Antiderivative was successfully veriﬁed.

[In]

Integrate[(a + a*Sin[c + d*x])^(-2/3),x]

[Out]

(2*(Cos[(c + d*x)/2] + Sin[(c + d*x)/2])^2*(-3 + (3*Sin[(c + d*x)/2])/(Cos[(c + d*x)/2] + Sin[(c + d*x)/2])))/

(d*(a*(1 + Sin[c + d*x]))^(2/3)) - (2*Sqrt[2]*(Cos[(c + d*x)/2] + Sin[(c + d*x)/2])*(1 + Sin[c + d*x])^(1/6)*(

((-1/2*I)*Cos[Pi/4 + (-c - d*x)/2]^(1/3)*(((-3*I)*(E^((-I)*(Pi/4 + (-c - d*x)/2)) + E^(I*(Pi/4 + (-c - d*x)/2)
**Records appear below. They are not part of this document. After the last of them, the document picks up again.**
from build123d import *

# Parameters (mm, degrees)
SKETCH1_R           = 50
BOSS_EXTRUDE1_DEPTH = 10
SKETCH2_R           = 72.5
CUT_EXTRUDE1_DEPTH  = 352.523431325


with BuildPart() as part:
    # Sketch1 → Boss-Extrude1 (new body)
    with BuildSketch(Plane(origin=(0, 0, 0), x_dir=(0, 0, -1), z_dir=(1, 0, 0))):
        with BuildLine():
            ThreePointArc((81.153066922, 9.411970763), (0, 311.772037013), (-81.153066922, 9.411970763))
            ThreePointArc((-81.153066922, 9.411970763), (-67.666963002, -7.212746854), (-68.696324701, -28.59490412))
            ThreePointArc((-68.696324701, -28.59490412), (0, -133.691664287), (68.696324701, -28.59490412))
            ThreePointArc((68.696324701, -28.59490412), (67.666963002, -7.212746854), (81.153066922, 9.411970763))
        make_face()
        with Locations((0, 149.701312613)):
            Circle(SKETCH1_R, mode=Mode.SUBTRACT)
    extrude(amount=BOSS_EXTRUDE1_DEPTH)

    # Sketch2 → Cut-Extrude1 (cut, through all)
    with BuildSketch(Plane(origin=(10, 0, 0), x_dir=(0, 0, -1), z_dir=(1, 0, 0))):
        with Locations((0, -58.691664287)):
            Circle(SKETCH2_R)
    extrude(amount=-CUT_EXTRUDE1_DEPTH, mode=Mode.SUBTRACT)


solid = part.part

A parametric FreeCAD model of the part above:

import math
import FreeCAD as App
import Part
import Sketcher

doc = App.newDocument("Part")
body = doc.addObject("PartDesign::Body", "Body")

# Sketch on YZ plane
sketch1 = body.newObject("Sketcher::SketchObject", "Sketch")
sketch1.AttachmentSupport = (doc.getObject("YZ_Plane"), [""])
sketch1.MapMode = "FlatFace"
sketch1.addGeometry(Part.ArcOfCircle(Part.Circle(App.Vector(150, 0, 0), App.Vector(0, 0, 1), 162), math.radians(-150), math.radians(150)), False)
sketch1.addGeometry(Part.ArcOfCircle(Part.Circle(App.Vector(-17, 96, 0), App.Vector(0, 0, 1), 30), math.radians(-114), math.radians(-30)), False)
sketch1.addGeometry(Part.ArcOfCircle(Part.Circle(App.Vector(-59, 0, 0), App.Vector(0, 0, 1), 75), math.radians(66), math.radians(294)), False)
sketch1.addGeometry(Part.ArcOfCircle(Part.Circle(App.Vector(-17, -96, 0), App.Vector(0, 0, 1), 30), math.radians(30), math.radians(114)), False)
sketch1.addGeometry(Part.Circle(App.Vector(150, 0, 0), App.Vector(0, 0, 1), 50), False)
sketch1.addConstraint(Sketcher.Constraint("Tangent", 0, 2, 1, 2))
sketch1.addConstraint(Sketcher.Constraint("Tangent", 1, 1, 2, 1))
sketch1.addConstraint(Sketcher.Constraint("Tangent", 2, 2, 3, 2))
sketch1.addConstraint(Sketcher.Constraint("Tangent", 3, 1, 0, 1))
sketch1.addConstraint(Sketcher.Constraint("Coincident", 4, 3, 0, 3))
sketch1.addConstraint(Sketcher.Constraint("Equal", 1, 3))
sketch1.addConstraint(Sketcher.Constraint("Symmetric", 1, 3, 3, 3, -1))
sketch1.addConstraint(Sketcher.Constraint("Diameter", 4, 100.0))
sketch1.addConstraint(Sketcher.Constraint("Radius", 1, 30.0))
sketch1.addConstraint(Sketcher.Constraint("Radius", 2, 75.0))
sketch1.addConstraint(Sketcher.Constraint("Radius", 0, 162.070724))
sketch1.addConstraint(Sketcher.Constraint("DistanceX", 1, 3, -1, 1, 16.5562))
sketch1.addConstraint(Sketcher.Constraint("DistanceX", -1, 1, 3, 1, 9.411971))
pad1 = body.newObject("PartDesign::Pad", "Pad")
pad1.Profile = sketch1
pad1.Length = 10

# Sketch on YZ plane
sketch2 = body.newObject("Sketcher::SketchObject", "Sketch001")
sketch2.AttachmentSupport = (doc.getObject("YZ_Plane"), [""])
sketch2.MapMode = "FlatFace"
sketch2.AttachmentOffset = App.Placement(App.Vector(0, 0, 10), App.Rotation())
sketch2.addGeometry(Part.Circle(App.Vector(-59, 0, 0), App.Vector(0, 0, 1), 72), False)
sketch2.addConstraint(Sketcher.Constraint("PointOnObject", 0, 3, -1))
sketch2.addConstraint(Sketcher.Constraint("Diameter", 0, 145.0))
sketch2.addConstraint(Sketcher.Constraint("DistanceX", 0, 3, -1, 1, 58.691664))
pocket1 = body.newObject("PartDesign::Pocket", "Pocket")
pocket1.Profile = sketch2
pocket1.Type = "ThroughAll"

doc.recompute()
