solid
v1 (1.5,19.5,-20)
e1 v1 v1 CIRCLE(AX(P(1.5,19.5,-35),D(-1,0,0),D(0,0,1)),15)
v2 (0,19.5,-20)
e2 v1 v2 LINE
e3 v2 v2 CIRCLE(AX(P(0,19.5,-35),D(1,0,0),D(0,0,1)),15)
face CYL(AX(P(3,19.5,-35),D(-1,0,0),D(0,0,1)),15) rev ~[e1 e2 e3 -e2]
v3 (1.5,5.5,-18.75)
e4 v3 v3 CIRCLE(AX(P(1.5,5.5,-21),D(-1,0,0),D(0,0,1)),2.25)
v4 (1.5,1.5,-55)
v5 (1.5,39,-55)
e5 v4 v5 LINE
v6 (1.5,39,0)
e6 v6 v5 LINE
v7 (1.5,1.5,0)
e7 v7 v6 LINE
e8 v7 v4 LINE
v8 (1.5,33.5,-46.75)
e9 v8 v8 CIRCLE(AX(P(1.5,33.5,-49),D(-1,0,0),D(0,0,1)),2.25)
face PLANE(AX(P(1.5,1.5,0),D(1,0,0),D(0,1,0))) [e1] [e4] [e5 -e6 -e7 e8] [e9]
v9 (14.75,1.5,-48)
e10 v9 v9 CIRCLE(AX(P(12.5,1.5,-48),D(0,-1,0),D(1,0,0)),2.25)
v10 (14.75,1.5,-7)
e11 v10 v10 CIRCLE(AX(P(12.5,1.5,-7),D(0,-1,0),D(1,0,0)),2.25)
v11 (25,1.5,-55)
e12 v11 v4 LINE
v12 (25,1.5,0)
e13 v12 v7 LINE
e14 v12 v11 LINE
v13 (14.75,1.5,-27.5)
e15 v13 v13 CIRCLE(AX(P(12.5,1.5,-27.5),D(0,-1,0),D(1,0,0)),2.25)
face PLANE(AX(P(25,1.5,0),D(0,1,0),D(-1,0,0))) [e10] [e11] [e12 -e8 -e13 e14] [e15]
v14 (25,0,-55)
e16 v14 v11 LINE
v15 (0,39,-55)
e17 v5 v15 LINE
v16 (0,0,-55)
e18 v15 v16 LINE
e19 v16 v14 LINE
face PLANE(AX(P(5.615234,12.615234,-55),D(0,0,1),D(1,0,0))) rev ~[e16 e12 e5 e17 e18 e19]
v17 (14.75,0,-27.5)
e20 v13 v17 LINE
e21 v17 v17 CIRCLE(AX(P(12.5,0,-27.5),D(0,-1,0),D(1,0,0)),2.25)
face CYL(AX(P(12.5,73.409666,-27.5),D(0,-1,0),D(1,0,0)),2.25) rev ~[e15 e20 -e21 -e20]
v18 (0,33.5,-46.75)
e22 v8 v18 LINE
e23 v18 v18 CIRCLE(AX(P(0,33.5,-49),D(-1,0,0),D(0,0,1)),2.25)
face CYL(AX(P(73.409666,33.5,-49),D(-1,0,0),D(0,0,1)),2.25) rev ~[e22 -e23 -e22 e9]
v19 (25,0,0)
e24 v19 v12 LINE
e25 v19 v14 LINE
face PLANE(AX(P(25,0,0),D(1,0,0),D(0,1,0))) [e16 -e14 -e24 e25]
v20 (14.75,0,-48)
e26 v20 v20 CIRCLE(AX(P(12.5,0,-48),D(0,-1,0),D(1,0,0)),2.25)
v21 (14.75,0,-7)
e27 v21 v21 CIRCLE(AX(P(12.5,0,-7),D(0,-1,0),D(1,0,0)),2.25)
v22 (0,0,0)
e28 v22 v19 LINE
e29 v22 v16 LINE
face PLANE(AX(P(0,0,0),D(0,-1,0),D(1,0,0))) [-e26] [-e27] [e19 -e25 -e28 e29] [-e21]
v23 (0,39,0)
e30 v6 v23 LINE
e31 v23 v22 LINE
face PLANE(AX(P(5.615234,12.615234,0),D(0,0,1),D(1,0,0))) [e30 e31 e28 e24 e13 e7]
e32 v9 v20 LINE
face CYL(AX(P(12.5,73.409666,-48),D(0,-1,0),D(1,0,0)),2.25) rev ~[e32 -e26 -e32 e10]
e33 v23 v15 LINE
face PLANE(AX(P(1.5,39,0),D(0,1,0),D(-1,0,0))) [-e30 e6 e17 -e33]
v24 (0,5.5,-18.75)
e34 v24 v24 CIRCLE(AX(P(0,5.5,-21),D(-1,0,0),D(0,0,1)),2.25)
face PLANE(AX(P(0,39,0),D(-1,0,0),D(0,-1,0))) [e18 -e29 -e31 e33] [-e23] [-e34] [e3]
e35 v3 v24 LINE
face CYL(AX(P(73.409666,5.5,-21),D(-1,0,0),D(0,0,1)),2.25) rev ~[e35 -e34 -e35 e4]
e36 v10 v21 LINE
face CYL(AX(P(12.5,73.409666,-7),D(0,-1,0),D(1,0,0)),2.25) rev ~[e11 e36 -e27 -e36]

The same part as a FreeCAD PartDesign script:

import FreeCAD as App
import Part
import Sketcher

V = App.Vector
Q = App.Units.Quantity

doc = App.newDocument("Part")
params = doc.addObject("Spreadsheet::Sheet", "Params")
for row, (alias, value) in enumerate([
    ("sketch1_width", "25 mm"),
    ("sketch1_height", "39 mm"),
    ("sketch1_width2", "23.5 mm"),
    ("pad1_length", "55 mm"),
    ("sketch2_diameter", "4.5 mm"),
    ("hole_diameter", "4.5 mm"),
    ("sketch3_diameter", "4.5 mm"),
    ("hole2_diameter", "4.5 mm"),
    ("sketch4_diameter", "30 mm"),
    ("hole3_diameter", "30 mm"),
    ("hole3_depth", "1.5 mm"),
], start=1):
    params.set(f"A{row}", alias)
    params.set(f"B{row}", "=" + value)
    params.setAlias(f"B{row}", alias)

body = doc.addObject("PartDesign::Body", "Body")

# Sketch on XY plane
sketch1 = doc.addObject("Sketcher::SketchObject", "Sketch")
body.addObject(sketch1)
sketch1.AttachmentSupport = (doc.XY_Plane, [""])
sketch1.MapMode = "FlatFace"
sketch1.addGeometry([
    Part.LineSegment(V(0, 39, 0), V(0, 0, 0)),  # 0
    Part.LineSegment(V(0, 0, 0), V(25, 0, 0)),  # 1
    Part.LineSegment(V(25, 0, 0), V(25, 1.5, 0)),  # 2
    Part.LineSegment(V(25, 1.5, 0), V(1.5, 1.5, 0)),  # 3
    Part.LineSegment(V(1.5, 1.5, 0), V(1.5, 39, 0)),  # 4
    Part.LineSegment(V(1.5, 39, 0), V(0, 39, 0)),  # 5
], False)
sketch1.addConstraint([
    Sketcher.Constraint("Coincident", 0, 2, 1, 1),
    Sketcher.Constraint("Coincident", 1, 2, 2, 1),
    Sketcher.Constraint("Coincident", 2, 2, 3, 1),
    Sketcher.Constraint("Coincident", 3, 2, 4, 1),
    Sketcher.Constraint("Coincident", 4, 2, 5, 1),
    Sketcher.Constraint("Coincident", 5, 2, 0, 1),
    Sketcher.Constraint("Vertical", 0),
    Sketcher.Constraint("Horizontal", 1),
    Sketcher.Constraint("Vertical", 2),
    Sketcher.Constraint("Horizontal", 3),
    Sketcher.Constraint("Vertical", 4),
    Sketcher.Constraint("Horizontal", 5),
    Sketcher.Constraint("Coincident", 0, 2, -1, 1),
    Sketcher.Constraint("Equal", 5, 2),
    Sketcher.Constraint("DistanceX", 1, 1, 1, 2, Q("25 mm")),
    Sketcher.Constraint("DistanceY", 0, 2, 0, 1, Q("39 mm")),
    Sketcher.Constraint("DistanceX", 3, 2, 3, 1, Q("23.5 mm")),
])
sketch1.setExpression("Constraints[14]", "Params.sketch1_width")
sketch1.setExpression("Constraints[15]", "Params.sketch1_height")
sketch1.setExpression("Constraints[16]", "Params.sketch1_width2")
pad1 = doc.addObject("PartDesign::Pad", "Pad")
body.addObject(pad1)
pad1.Profile = sketch1
pad1.setExpression("Length", "Params.pad1_length")
pad1.Reversed = True

# Sketch on XZ plane
sketch2 = doc.addObject("Sketcher::SketchObject", "Sketch001")
body.addObject(sketch2)
sketch2.AttachmentSupport = (doc.XZ_Plane, [""])
sketch2.MapMode = "FlatFace"
sketch2.AttachmentOffset = App.Placement(V(0, 0, -1.5), App.Rotation())
sketch2.addGeometry([
    Part.Circle(V(12.5, -7, 0), V(0, 0, 1), 2.25),
    Part.Circle(V(12.5, -27.5, 0), V(0, 0, 1), 2.25),
    Part.Circle(V(12.5, -48, 0), V(0, 0, 1), 2.25),
], False)
sketch2.addConstraint([
    Sketcher.Constraint("Equal", 0, 1),
    Sketcher.Constraint("Equal", 1, 2),
    Sketcher.Constraint("Vertical", 0, 3, 1, 3),
    Sketcher.Constraint("Vertical", 1, 3, 2, 3),
    Sketcher.Constraint("Diameter", 0, Q("4.5 mm")),
    Sketcher.Constraint("DistanceY", 0, 3, -1, 1, Q("7 mm")),
    Sketcher.Constraint("DistanceY", 2, 3, -1, 1, Q("48 mm")),
    Sketcher.Constraint("DistanceX", -1, 1, 0, 3, Q("12.5 mm")),
    Sketcher.Constraint("DistanceY", 1, 3, -1, 1, Q("27.5 mm")),
])
sketch2.setExpression("Constraints[4]", "Params.sketch2_diameter")
doc.recompute()
hole = doc.addObject("PartDesign::Hole", "Hole")
body.addObject(hole)
hole.Profile = sketch2
hole.ThreadType = "None"
hole.setExpression("Diameter", "Params.hole_diameter")
hole.DepthType = "ThroughAll"
hole.Reversed = True

# Sketch on YZ plane
sketch3 = doc.addObject("Sketcher::SketchObject", "Sketch002")
body.addObject(sketch3)
sketch3.AttachmentSupport = (doc.YZ_Plane, [""])
sketch3.MapMode = "FlatFace"
sketch3.AttachmentOffset = App.Placement(V(0, 0, 1.5), App.Rotation())
sketch3.addGeometry([
    Part.Circle(V(33.5, -49, 0), V(0, 0, 1), 2.25),
    Part.Circle(V(5.5, -21, 0), V(0, 0, 1), 2.25),
], False)
sketch3.addConstraint([
    Sketcher.Constraint("Equal", 0, 1),
    Sketcher.Constraint("Diameter", 0, Q("4.5 mm")),
    Sketcher.Constraint("DistanceY", 0, 3, -1, 1, Q("49 mm")),
    Sketcher.Constraint("DistanceY", 1, 3, -1, 1, Q("21 mm")),
    Sketcher.Constraint("DistanceX", 1, 3, 0, 3, Q("28 mm")),
    Sketcher.Constraint("DistanceX", -1, 1, 0, 3, Q("33.5 mm")),
])
sketch3.setExpression("Constraints[1]", "Params.sketch3_diameter")
doc.recompute()
hole2 = doc.addObject("PartDesign::Hole", "Hole001")
body.addObject(hole2)
hole2.Profile = sketch3
hole2.ThreadType = "None"
hole2.setExpression("Diameter", "Params.hole2_diameter")
hole2.DepthType = "ThroughAll"

# Sketch on YZ plane
sketch4 = doc.addObject("Sketcher::SketchObject", "Sketch003")
body.addObject(sketch4)
sketch4.AttachmentSupport = (doc.YZ_Plane, [""])
sketch4.MapMode = "FlatFace"
sketch4.AttachmentOffset = App.Placement(V(0, 0, 1.5), App.Rotation())
sketch4.addGeometry(Part.Circle(V(19.5, -35, 0), V(0, 0, 1), 15), False)
sketch4.addConstraint([
    Sketcher.Constraint("Diameter", 0, Q("30 mm")),
    Sketcher.Constraint("DistanceY", 0, 3, -1, 1, Q("35 mm")),
    Sketcher.Constraint("DistanceX", -1, 1, 0, 3, Q("19.5 mm")),
])
sketch4.setExpression("Constraints[0]", "Params.sketch4_diameter")
doc.recompute()
hole3 = doc.addObject("PartDesign::Hole", "Hole002")
body.addObject(hole3)
hole3.Profile = sketch4
hole3.ThreadType = "None"
hole3.setExpression("Diameter", "Params.hole3_diameter")
hole3.DepthType = "Dimension"
hole3.setExpression("Depth", "Params.hole3_depth")
hole3.DrillPoint = "Angled"
hole3.DrillPointAngle = 118

doc.recompute()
))^(2/3)*Hypergeometric2F1[-1/3, 1/3, 2/3, -E^((2*I)*(Pi/4 + (-c - d*x)/2))])/(2^(2/3)*(1 + E^((2*I)*(Pi/4 + (

-c - d*x)/2)))^(2/3)) - (((3*I)/2)*E^(I*(Pi/4 + (-c - d*x)/2))*(1 + E^((2*I)*(Pi/4 + (-c - d*x)/2)))^(1/3)*Hyp

ergeometric2F1[1/3, 2/3, 5/3, -E^((2*I)*(Pi/4 + (-c - d*x)/2))])/(2^(2/3)*(E^((-I)*(Pi/4 + (-c - d*x)/2)) + E^

(I*(Pi/4 + (-c - d*x)/2)))^(1/3))))/(1 + Cos[2*(Pi/4 + (-c - d*x)/2)])^(1/6) + (3*Cos[Pi/4 + (-c - d*x)/2]^2*H

ypergeometric2F1[1/2, 5/6, 11/6, Cos[Pi/4 + (-c - d*x)/2]^2]*Sin[Pi/4 + (-c - d*x)/2])/(5*(1 + Cos[2*(Pi/4 + (

-c - d*x)/2)])^(1/6)*Sqrt[Sin[Pi/4 + (-c - d*x)/2]^2])))/(d*(a*(1 + Sin[c + d*x]))^(2/3))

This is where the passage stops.